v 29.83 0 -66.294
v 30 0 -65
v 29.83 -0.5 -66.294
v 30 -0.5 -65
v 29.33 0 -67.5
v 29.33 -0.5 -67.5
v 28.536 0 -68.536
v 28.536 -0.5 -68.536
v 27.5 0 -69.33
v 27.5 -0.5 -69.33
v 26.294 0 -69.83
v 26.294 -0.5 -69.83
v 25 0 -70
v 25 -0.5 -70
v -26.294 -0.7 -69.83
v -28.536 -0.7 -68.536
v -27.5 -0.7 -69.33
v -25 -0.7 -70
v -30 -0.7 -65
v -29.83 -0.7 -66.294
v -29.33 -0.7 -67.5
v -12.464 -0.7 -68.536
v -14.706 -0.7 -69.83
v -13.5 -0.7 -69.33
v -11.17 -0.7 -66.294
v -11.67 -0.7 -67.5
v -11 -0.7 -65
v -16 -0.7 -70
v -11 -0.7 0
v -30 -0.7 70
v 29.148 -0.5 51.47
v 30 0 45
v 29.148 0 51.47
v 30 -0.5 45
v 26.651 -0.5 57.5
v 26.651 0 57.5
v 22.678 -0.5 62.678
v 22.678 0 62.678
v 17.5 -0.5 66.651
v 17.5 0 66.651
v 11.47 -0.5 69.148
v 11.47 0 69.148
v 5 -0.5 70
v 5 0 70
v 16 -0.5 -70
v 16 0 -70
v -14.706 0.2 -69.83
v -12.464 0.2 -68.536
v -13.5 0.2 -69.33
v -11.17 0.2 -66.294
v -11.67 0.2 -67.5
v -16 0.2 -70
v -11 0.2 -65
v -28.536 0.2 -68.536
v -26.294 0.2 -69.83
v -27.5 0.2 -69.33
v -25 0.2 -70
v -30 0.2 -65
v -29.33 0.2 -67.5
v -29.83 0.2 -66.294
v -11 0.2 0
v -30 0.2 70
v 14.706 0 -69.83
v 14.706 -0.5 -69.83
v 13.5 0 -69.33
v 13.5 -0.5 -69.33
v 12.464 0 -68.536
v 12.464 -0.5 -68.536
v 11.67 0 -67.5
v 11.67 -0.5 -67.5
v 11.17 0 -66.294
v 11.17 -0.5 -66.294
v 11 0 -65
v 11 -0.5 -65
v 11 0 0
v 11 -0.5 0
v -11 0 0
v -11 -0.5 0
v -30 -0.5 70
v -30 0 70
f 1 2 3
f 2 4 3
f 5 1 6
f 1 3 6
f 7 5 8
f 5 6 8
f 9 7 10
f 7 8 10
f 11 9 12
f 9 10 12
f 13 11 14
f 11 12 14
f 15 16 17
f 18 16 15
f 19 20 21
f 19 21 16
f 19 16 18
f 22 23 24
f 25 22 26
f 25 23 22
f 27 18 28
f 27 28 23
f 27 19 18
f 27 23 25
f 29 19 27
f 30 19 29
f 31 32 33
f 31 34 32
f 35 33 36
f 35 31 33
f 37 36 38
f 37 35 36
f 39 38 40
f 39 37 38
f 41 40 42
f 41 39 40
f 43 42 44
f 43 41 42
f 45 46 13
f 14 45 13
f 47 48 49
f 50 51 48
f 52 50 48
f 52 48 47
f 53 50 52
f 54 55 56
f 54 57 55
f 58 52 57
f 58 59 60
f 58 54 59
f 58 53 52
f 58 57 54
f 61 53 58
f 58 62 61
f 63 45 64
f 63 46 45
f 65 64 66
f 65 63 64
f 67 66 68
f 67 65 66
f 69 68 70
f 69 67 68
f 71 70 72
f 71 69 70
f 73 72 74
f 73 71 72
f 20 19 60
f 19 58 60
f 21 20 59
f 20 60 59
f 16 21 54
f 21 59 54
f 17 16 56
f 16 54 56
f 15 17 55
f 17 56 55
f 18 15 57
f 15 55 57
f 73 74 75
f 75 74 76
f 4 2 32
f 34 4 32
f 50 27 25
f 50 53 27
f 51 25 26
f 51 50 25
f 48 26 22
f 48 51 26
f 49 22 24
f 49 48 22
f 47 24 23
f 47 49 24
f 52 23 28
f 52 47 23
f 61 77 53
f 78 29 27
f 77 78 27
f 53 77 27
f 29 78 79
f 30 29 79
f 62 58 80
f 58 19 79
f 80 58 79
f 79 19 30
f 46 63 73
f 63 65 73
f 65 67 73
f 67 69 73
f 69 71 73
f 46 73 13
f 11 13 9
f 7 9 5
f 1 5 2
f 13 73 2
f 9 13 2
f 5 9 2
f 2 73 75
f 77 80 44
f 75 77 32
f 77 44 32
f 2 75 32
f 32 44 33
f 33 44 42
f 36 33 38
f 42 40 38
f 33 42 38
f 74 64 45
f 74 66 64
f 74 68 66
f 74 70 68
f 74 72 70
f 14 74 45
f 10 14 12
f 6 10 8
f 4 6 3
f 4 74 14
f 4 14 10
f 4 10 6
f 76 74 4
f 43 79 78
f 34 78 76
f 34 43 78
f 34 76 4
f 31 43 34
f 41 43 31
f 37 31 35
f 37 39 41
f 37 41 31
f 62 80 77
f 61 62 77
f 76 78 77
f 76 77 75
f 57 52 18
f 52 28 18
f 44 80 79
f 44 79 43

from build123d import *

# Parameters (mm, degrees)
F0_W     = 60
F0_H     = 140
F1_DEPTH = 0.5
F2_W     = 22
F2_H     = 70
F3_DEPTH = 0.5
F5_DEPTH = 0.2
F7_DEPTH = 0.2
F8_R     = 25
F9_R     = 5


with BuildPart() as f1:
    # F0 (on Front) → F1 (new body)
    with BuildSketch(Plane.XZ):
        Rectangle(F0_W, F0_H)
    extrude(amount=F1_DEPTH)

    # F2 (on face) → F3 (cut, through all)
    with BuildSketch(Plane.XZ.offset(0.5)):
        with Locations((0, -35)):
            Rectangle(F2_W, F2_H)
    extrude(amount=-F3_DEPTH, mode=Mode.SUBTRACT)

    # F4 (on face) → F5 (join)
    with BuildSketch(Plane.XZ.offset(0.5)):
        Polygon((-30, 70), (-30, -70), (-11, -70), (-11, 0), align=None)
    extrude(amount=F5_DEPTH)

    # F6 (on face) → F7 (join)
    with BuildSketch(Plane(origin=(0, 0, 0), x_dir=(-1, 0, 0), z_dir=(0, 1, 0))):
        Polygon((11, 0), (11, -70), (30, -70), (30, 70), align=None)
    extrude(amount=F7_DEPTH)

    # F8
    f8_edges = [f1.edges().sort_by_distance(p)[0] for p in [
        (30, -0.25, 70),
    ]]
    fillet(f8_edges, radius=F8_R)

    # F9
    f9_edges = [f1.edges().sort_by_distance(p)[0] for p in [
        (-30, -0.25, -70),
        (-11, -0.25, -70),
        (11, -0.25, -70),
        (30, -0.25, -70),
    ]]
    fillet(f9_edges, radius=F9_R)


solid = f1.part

## TASK ITEM
What is needed is a verbatim copy of every line in the records above from the one containing "v 11.47 0 69.148" down to the one containing "v 14.706 -0.5 -69.83", both included, and nothing more.

## RESULT
v 11.47 0 69.148
v 5 -0.5 70
v 5 0 70
v 16 -0.5 -70
v 16 0 -70
v -14.706 0.2 -69.83
v -12.464 0.2 -68.536
v -13.5 0.2 -69.33
v -11.17 0.2 -66.294
v -11.67 0.2 -67.5
v -16 0.2 -70
v -11 0.2 -65
v -28.536 0.2 -68.536
v -26.294 0.2 -69.83
v -27.5 0.2 -69.33
v -25 0.2 -70
v -30 0.2 -65
v -29.33 0.2 -67.5
v -29.83 0.2 -66.294
v -11 0.2 0
v -30 0.2 70
v 14.706 0 -69.83
v 14.706 -0.5 -69.83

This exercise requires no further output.